(Records from a data collection)
____
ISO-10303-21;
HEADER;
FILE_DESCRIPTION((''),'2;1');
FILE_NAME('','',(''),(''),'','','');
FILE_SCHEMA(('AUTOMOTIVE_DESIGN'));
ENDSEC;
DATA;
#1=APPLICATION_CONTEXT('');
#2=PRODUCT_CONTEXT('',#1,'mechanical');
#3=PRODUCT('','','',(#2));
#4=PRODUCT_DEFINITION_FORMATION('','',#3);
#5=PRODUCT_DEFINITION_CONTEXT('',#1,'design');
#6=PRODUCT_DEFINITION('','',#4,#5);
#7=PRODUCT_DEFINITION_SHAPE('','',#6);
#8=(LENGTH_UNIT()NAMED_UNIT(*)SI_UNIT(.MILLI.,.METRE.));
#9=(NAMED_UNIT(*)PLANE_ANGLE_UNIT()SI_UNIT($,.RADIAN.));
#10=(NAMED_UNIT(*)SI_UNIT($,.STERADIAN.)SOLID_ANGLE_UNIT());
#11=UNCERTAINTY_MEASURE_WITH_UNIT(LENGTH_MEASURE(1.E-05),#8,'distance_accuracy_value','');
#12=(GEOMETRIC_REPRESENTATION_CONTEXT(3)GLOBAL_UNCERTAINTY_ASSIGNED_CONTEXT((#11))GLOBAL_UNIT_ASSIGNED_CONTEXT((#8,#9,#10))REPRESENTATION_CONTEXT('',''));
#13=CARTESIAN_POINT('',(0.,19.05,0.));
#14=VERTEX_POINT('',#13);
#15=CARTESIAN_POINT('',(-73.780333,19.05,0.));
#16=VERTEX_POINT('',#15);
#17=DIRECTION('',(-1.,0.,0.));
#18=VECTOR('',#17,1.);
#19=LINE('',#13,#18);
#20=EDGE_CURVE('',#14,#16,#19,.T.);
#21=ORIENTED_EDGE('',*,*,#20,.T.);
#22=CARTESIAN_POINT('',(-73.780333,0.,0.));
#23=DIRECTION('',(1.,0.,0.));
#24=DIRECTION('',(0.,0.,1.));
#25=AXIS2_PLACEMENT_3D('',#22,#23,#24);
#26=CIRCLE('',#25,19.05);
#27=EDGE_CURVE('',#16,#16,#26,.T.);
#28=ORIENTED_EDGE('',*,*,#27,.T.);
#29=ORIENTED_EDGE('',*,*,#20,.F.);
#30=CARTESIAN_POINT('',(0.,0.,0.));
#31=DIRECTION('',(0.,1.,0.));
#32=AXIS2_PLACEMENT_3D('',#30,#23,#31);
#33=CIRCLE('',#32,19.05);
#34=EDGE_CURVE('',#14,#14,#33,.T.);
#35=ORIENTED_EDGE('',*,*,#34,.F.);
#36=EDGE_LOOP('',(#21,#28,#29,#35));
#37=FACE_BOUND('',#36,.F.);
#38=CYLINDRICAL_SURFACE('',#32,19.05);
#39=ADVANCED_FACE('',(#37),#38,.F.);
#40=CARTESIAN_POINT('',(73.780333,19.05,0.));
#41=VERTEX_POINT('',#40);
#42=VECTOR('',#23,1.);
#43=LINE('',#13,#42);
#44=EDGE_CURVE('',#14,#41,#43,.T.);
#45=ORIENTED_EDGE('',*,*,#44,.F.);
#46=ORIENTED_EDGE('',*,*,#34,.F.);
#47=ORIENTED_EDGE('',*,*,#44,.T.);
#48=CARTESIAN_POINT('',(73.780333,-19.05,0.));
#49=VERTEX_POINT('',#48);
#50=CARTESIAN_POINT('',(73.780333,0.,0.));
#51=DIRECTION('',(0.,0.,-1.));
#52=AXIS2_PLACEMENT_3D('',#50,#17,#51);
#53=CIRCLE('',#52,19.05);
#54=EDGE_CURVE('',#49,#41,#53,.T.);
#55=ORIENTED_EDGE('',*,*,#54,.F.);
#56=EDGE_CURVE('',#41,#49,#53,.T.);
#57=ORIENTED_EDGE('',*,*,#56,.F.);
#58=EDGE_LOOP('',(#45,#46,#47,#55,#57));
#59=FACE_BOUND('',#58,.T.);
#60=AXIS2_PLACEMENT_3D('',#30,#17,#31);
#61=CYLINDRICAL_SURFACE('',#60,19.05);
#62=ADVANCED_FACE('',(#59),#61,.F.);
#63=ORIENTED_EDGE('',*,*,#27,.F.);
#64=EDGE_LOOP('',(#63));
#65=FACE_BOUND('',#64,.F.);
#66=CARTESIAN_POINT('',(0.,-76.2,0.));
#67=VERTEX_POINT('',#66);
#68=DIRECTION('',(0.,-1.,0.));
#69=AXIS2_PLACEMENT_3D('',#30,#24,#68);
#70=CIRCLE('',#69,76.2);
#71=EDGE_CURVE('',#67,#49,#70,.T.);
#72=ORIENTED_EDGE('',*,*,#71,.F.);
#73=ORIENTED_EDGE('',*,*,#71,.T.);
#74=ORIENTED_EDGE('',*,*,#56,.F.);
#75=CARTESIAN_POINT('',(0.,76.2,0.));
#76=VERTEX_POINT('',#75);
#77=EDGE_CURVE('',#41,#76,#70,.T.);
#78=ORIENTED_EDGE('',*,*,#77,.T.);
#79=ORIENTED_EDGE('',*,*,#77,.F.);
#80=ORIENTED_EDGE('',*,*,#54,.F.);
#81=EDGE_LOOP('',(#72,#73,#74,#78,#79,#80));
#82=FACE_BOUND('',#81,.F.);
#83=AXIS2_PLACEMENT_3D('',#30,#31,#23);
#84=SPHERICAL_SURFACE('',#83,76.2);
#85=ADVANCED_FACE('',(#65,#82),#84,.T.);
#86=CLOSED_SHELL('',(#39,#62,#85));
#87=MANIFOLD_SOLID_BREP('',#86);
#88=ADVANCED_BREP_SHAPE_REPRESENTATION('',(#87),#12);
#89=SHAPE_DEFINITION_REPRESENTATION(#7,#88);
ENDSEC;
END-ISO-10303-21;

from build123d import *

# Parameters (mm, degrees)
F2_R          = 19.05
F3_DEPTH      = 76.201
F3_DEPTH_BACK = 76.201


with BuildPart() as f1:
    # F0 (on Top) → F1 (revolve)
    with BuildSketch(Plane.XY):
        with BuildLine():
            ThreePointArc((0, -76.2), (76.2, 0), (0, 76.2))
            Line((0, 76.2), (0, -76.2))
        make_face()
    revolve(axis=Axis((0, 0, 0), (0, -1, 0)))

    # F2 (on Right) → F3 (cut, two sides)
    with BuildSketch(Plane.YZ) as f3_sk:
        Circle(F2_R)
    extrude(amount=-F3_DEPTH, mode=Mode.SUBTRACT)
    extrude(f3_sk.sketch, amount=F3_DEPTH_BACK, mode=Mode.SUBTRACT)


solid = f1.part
____
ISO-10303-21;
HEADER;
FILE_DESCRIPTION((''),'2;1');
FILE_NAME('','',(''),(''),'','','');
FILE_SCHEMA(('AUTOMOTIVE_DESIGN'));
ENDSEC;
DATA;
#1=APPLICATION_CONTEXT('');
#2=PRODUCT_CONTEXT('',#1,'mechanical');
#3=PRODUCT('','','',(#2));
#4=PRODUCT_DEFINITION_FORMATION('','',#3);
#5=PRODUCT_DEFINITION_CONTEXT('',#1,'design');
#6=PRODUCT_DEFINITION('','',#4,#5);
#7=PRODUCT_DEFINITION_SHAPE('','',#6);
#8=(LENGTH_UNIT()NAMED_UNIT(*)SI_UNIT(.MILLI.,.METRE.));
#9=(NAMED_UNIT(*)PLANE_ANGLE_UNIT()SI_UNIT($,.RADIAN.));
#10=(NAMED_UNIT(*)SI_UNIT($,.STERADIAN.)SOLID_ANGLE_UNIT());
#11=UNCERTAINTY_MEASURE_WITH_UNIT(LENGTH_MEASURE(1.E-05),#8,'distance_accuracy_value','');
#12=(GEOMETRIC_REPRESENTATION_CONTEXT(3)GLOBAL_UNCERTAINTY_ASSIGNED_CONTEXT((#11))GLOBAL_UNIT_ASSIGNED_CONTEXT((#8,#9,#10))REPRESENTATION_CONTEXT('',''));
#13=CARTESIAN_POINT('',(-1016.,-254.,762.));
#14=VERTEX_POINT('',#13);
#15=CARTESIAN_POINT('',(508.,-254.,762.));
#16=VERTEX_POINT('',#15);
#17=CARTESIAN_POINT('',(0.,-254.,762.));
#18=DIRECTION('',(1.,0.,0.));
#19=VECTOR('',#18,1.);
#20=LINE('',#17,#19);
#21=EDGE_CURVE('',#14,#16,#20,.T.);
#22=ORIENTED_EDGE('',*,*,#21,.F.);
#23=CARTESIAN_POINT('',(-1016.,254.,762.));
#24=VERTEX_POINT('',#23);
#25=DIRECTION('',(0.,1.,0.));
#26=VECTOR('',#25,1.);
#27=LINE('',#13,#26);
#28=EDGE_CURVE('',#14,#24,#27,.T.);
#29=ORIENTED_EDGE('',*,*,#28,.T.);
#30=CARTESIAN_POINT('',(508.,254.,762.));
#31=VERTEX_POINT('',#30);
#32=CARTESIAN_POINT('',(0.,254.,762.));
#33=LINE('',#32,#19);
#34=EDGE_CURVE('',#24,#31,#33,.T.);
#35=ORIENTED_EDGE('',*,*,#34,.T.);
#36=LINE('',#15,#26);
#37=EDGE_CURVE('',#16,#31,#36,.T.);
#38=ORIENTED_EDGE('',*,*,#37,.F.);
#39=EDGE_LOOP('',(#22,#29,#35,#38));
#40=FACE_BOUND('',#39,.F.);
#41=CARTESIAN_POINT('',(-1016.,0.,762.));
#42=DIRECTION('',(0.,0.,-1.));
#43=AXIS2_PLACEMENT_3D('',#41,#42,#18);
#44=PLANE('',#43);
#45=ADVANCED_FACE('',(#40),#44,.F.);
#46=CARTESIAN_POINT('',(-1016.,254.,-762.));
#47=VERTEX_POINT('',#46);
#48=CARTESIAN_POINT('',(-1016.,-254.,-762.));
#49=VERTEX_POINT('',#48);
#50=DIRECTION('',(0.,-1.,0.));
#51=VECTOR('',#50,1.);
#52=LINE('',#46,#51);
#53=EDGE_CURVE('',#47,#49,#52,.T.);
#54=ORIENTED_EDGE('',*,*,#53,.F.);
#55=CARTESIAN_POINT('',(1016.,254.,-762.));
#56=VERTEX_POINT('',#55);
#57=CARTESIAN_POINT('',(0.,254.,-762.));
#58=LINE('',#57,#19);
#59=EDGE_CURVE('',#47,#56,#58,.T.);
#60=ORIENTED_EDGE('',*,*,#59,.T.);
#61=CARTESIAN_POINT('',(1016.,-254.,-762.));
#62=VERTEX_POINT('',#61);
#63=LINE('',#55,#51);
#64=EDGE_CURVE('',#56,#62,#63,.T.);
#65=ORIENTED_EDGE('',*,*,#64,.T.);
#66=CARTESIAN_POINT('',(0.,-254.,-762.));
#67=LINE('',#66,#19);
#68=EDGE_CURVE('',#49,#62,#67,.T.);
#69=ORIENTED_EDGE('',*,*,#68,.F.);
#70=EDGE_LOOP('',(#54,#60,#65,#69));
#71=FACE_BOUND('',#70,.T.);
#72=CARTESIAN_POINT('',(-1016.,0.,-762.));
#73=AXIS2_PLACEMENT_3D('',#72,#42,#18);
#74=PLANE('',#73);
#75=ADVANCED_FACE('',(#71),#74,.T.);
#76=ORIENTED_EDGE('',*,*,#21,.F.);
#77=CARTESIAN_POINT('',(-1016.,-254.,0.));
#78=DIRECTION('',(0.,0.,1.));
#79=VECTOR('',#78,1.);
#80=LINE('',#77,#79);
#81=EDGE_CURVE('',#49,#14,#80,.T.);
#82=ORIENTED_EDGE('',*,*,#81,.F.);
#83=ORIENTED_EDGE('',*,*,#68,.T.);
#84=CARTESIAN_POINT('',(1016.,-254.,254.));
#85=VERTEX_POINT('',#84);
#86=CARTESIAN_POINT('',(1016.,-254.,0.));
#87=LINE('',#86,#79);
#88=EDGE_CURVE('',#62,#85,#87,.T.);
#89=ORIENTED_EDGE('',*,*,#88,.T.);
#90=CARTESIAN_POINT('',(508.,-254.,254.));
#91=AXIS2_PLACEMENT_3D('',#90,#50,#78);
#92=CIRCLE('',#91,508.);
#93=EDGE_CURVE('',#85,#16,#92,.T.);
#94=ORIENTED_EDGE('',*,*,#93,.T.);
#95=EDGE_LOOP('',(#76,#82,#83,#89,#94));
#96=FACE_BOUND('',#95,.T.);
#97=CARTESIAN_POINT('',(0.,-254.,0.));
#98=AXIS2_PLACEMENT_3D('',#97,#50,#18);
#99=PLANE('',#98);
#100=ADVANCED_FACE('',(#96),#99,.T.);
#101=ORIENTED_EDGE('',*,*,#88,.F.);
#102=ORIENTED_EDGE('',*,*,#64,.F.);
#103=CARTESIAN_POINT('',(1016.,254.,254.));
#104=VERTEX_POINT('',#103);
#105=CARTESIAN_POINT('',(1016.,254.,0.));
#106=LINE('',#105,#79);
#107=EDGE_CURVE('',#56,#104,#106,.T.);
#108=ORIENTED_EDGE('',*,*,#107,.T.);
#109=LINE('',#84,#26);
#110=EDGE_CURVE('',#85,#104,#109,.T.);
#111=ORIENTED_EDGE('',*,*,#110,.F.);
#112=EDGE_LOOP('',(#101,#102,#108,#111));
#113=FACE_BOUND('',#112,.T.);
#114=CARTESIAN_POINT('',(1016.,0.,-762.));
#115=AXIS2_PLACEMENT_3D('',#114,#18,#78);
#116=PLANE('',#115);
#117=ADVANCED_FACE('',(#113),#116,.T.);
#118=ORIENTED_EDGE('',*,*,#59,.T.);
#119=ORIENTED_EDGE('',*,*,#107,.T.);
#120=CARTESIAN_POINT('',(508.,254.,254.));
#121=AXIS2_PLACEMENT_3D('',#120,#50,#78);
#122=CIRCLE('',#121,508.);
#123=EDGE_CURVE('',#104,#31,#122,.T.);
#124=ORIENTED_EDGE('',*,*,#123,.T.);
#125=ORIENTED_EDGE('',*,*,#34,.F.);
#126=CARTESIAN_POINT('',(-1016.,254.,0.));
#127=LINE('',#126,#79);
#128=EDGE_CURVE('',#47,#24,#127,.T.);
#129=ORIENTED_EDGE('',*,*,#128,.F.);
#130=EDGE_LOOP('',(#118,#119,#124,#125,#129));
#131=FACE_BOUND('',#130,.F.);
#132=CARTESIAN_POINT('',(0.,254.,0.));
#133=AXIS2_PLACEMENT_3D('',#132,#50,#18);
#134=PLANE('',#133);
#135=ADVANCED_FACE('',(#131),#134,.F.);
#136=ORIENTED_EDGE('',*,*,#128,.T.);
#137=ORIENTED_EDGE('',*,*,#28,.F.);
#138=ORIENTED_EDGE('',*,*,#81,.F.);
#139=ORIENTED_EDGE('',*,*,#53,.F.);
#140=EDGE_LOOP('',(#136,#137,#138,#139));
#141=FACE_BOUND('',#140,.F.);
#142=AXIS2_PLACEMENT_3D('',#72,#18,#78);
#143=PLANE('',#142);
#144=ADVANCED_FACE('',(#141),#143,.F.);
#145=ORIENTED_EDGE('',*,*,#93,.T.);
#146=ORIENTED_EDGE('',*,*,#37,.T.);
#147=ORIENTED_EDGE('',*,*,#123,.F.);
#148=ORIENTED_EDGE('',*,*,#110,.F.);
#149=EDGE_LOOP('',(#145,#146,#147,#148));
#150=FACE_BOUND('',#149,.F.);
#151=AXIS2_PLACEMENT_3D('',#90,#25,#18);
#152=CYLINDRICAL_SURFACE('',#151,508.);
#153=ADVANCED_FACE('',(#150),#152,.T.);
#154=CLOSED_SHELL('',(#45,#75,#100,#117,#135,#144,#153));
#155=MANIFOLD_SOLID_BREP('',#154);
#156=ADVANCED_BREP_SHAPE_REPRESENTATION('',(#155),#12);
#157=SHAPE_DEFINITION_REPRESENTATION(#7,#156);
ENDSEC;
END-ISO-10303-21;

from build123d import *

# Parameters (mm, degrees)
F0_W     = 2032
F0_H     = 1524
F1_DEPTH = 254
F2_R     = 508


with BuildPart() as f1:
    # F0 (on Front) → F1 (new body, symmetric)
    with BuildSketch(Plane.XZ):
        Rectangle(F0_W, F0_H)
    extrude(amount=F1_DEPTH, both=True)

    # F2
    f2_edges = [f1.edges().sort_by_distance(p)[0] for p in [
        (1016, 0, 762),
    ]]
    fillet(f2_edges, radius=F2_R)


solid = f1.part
____
# Prompt
In the entries above, find the line holding "#141=FACE_BOUND('',#140,.F.);" and the line holding "#150=FACE_BOUND('',#149,.F.);", then retype exactly those two lines and every line between them, and nothing else.

# Answer below
#141=FACE_BOUND('',#140,.F.);
#142=AXIS2_PLACEMENT_3D('',#72,#18,#78);
#143=PLANE('',#142);
#144=ADVANCED_FACE('',(#141),#143,.F.);
#145=ORIENTED_EDGE('',*,*,#93,.T.);
#146=ORIENTED_EDGE('',*,*,#37,.T.);
#147=ORIENTED_EDGE('',*,*,#123,.F.);
#148=ORIENTED_EDGE('',*,*,#110,.F.);
#149=EDGE_LOOP('',(#145,#146,#147,#148));
#150=FACE_BOUND('',#149,.F.);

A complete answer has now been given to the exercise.